> [About this task]
Copy the listing that follows, line for line, without a single difference.

Data shown: Begin

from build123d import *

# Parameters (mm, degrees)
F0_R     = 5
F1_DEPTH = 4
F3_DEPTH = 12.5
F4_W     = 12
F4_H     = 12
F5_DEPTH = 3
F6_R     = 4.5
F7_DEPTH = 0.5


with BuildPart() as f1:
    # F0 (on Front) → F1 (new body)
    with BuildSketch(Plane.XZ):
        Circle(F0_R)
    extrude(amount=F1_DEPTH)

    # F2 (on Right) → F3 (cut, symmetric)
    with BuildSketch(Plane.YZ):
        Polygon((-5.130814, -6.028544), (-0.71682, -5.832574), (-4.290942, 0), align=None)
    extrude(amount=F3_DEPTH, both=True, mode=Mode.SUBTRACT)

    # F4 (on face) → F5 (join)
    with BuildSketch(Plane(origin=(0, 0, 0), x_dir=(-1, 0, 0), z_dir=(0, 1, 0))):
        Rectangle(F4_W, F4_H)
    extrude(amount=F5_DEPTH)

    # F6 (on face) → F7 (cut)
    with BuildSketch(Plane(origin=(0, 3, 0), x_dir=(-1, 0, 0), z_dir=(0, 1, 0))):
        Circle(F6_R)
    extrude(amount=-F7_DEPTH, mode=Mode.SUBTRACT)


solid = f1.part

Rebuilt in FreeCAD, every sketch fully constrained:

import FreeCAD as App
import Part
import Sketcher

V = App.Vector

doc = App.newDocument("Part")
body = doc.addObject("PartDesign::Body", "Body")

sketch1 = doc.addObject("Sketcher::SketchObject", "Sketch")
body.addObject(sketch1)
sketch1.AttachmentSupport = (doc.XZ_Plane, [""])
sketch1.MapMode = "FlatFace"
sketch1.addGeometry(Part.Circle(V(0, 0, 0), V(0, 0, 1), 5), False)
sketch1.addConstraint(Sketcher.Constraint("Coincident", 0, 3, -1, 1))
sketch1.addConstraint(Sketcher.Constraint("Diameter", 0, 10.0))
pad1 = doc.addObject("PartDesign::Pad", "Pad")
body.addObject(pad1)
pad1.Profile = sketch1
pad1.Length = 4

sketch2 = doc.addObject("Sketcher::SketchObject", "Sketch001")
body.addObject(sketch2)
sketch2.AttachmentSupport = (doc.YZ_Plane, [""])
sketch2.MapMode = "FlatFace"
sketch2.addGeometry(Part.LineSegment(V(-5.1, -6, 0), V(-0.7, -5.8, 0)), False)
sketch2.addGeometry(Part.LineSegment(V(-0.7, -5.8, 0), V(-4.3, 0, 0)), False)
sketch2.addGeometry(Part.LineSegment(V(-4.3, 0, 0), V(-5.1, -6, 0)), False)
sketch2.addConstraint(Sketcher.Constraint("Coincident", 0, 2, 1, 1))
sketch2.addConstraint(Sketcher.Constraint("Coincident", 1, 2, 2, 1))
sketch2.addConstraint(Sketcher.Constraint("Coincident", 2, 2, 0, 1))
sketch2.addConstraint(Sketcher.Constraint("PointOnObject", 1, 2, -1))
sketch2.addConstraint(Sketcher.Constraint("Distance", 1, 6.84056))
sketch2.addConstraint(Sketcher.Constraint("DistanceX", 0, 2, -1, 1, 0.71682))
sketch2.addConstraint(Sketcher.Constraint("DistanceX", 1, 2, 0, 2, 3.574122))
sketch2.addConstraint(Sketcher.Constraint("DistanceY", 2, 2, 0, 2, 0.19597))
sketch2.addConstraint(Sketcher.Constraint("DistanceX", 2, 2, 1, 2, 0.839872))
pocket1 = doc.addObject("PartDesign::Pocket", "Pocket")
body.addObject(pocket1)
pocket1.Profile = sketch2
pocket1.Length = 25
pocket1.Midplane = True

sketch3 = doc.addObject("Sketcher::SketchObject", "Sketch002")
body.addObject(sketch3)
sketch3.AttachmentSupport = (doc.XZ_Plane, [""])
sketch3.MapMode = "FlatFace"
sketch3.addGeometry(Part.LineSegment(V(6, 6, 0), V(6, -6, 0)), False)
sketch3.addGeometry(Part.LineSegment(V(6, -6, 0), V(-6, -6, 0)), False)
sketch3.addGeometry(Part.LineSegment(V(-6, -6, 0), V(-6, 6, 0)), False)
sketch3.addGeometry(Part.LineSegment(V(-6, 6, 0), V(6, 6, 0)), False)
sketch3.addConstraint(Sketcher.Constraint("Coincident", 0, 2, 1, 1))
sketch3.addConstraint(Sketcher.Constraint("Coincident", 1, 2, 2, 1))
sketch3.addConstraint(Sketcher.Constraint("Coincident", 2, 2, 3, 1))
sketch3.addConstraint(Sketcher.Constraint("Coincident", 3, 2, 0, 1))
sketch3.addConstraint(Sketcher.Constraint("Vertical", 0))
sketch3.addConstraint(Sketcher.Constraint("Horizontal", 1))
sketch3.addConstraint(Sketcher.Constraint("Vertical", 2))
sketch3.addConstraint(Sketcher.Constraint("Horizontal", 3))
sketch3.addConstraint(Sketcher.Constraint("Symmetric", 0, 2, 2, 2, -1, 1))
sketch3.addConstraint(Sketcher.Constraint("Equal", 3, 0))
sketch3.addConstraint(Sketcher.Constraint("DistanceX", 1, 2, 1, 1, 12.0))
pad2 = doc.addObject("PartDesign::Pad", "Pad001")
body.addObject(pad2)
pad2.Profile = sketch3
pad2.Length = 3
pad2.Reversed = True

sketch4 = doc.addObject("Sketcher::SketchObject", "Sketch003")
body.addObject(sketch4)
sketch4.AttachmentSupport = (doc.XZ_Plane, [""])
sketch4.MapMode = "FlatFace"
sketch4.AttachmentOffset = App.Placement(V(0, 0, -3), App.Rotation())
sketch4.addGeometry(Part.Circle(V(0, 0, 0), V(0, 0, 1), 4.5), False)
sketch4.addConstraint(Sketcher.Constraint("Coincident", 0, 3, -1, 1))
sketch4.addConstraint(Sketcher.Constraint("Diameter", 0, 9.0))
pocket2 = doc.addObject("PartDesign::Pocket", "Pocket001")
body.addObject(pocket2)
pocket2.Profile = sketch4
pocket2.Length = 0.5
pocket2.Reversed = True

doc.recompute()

Data shown: End

> [Solution below]
from build123d import *

# Parameters (mm, degrees)
F0_R     = 5
F1_DEPTH = 4
F3_DEPTH = 12.5
F4_W     = 12
F4_H     = 12
F5_DEPTH = 3
F6_R     = 4.5
F7_DEPTH = 0.5


with BuildPart() as f1:
    # F0 (on Front) → F1 (new body)
    with BuildSketch(Plane.XZ):
        Circle(F0_R)
    extrude(amount=F1_DEPTH)

    # F2 (on Right) → F3 (cut, symmetric)
    with BuildSketch(Plane.YZ):
        Polygon((-5.130814, -6.028544), (-0.71682, -5.832574), (-4.290942, 0), align=None)
    extrude(amount=F3_DEPTH, both=True, mode=Mode.SUBTRACT)

    # F4 (on face) → F5 (join)
    with BuildSketch(Plane(origin=(0, 0, 0), x_dir=(-1, 0, 0), z_dir=(0, 1, 0))):
        Rectangle(F4_W, F4_H)
    extrude(amount=F5_DEPTH)

    # F6 (on face) → F7 (cut)
    with BuildSketch(Plane(origin=(0, 3, 0), x_dir=(-1, 0, 0), z_dir=(0, 1, 0))):
        Circle(F6_R)
    extrude(amount=-F7_DEPTH, mode=Mode.SUBTRACT)


solid = f1.part

Rebuilt in FreeCAD, every sketch fully constrained:

import FreeCAD as App
import Part
import Sketcher

V = App.Vector

doc = App.newDocument("Part")
body = doc.addObject("PartDesign::Body", "Body")

sketch1 = doc.addObject("Sketcher::SketchObject", "Sketch")
body.addObject(sketch1)
sketch1.AttachmentSupport = (doc.XZ_Plane, [""])
sketch1.MapMode = "FlatFace"
sketch1.addGeometry(Part.Circle(V(0, 0, 0), V(0, 0, 1), 5), False)
sketch1.addConstraint(Sketcher.Constraint("Coincident", 0, 3, -1, 1))
sketch1.addConstraint(Sketcher.Constraint("Diameter", 0, 10.0))
pad1 = doc.addObject("PartDesign::Pad", "Pad")
body.addObject(pad1)
pad1.Profile = sketch1
pad1.Length = 4

sketch2 = doc.addObject("Sketcher::SketchObject", "Sketch001")
body.addObject(sketch2)
sketch2.AttachmentSupport = (doc.YZ_Plane, [""])
sketch2.MapMode = "FlatFace"
sketch2.addGeometry(Part.LineSegment(V(-5.1, -6, 0), V(-0.7, -5.8, 0)), False)
sketch2.addGeometry(Part.LineSegment(V(-0.7, -5.8, 0), V(-4.3, 0, 0)), False)
sketch2.addGeometry(Part.LineSegment(V(-4.3, 0, 0), V(-5.1, -6, 0)), False)
sketch2.addConstraint(Sketcher.Constraint("Coincident", 0, 2, 1, 1))
sketch2.addConstraint(Sketcher.Constraint("Coincident", 1, 2, 2, 1))
sketch2.addConstraint(Sketcher.Constraint("Coincident", 2, 2, 0, 1))
sketch2.addConstraint(Sketcher.Constraint("PointOnObject", 1, 2, -1))
sketch2.addConstraint(Sketcher.Constraint("Distance", 1, 6.84056))
sketch2.addConstraint(Sketcher.Constraint("DistanceX", 0, 2, -1, 1, 0.71682))
sketch2.addConstraint(Sketcher.Constraint("DistanceX", 1, 2, 0, 2, 3.574122))
sketch2.addConstraint(Sketcher.Constraint("DistanceY", 2, 2, 0, 2, 0.19597))
sketch2.addConstraint(Sketcher.Constraint("DistanceX", 2, 2, 1, 2, 0.839872))
pocket1 = doc.addObject("PartDesign::Pocket", "Pocket")
body.addObject(pocket1)
pocket1.Profile = sketch2
pocket1.Length = 25
pocket1.Midplane = True

sketch3 = doc.addObject("Sketcher::SketchObject", "Sketch002")
body.addObject(sketch3)
sketch3.AttachmentSupport = (doc.XZ_Plane, [""])
sketch3.MapMode = "FlatFace"
sketch3.addGeometry(Part.LineSegment(V(6, 6, 0), V(6, -6, 0)), False)
sketch3.addGeometry(Part.LineSegment(V(6, -6, 0), V(-6, -6, 0)), False)
sketch3.addGeometry(Part.LineSegment(V(-6, -6, 0), V(-6, 6, 0)), False)
sketch3.addGeometry(Part.LineSegment(V(-6, 6, 0), V(6, 6, 0)), False)
sketch3.addConstraint(Sketcher.Constraint("Coincident", 0, 2, 1, 1))
sketch3.addConstraint(Sketcher.Constraint("Coincident", 1, 2, 2, 1))
sketch3.addConstraint(Sketcher.Constraint("Coincident", 2, 2, 3, 1))
sketch3.addConstraint(Sketcher.Constraint("Coincident", 3, 2, 0, 1))
sketch3.addConstraint(Sketcher.Constraint("Vertical", 0))
sketch3.addConstraint(Sketcher.Constraint("Horizontal", 1))
sketch3.addConstraint(Sketcher.Constraint("Vertical", 2))
sketch3.addConstraint(Sketcher.Constraint("Horizontal", 3))
sketch3.addConstraint(Sketcher.Constraint("Symmetric", 0, 2, 2, 2, -1, 1))
sketch3.addConstraint(Sketcher.Constraint("Equal", 3, 0))
sketch3.addConstraint(Sketcher.Constraint("DistanceX", 1, 2, 1, 1, 12.0))
pad2 = doc.addObject("PartDesign::Pad", "Pad001")
body.addObject(pad2)
pad2.Profile = sketch3
pad2.Length = 3
pad2.Reversed = True

sketch4 = doc.addObject("Sketcher::SketchObject", "Sketch003")
body.addObject(sketch4)
sketch4.AttachmentSupport = (doc.XZ_Plane, [""])
sketch4.MapMode = "FlatFace"
sketch4.AttachmentOffset = App.Placement(V(0, 0, -3), App.Rotation())
sketch4.addGeometry(Part.Circle(V(0, 0, 0), V(0, 0, 1), 4.5), False)
sketch4.addConstraint(Sketcher.Constraint("Coincident", 0, 3, -1, 1))
sketch4.addConstraint(Sketcher.Constraint("Diameter", 0, 9.0))
pocket2 = doc.addObject("PartDesign::Pocket", "Pocket001")
body.addObject(pocket2)
pocket2.Profile = sketch4
pocket2.Length = 0.5
pocket2.Reversed = True

doc.recompute()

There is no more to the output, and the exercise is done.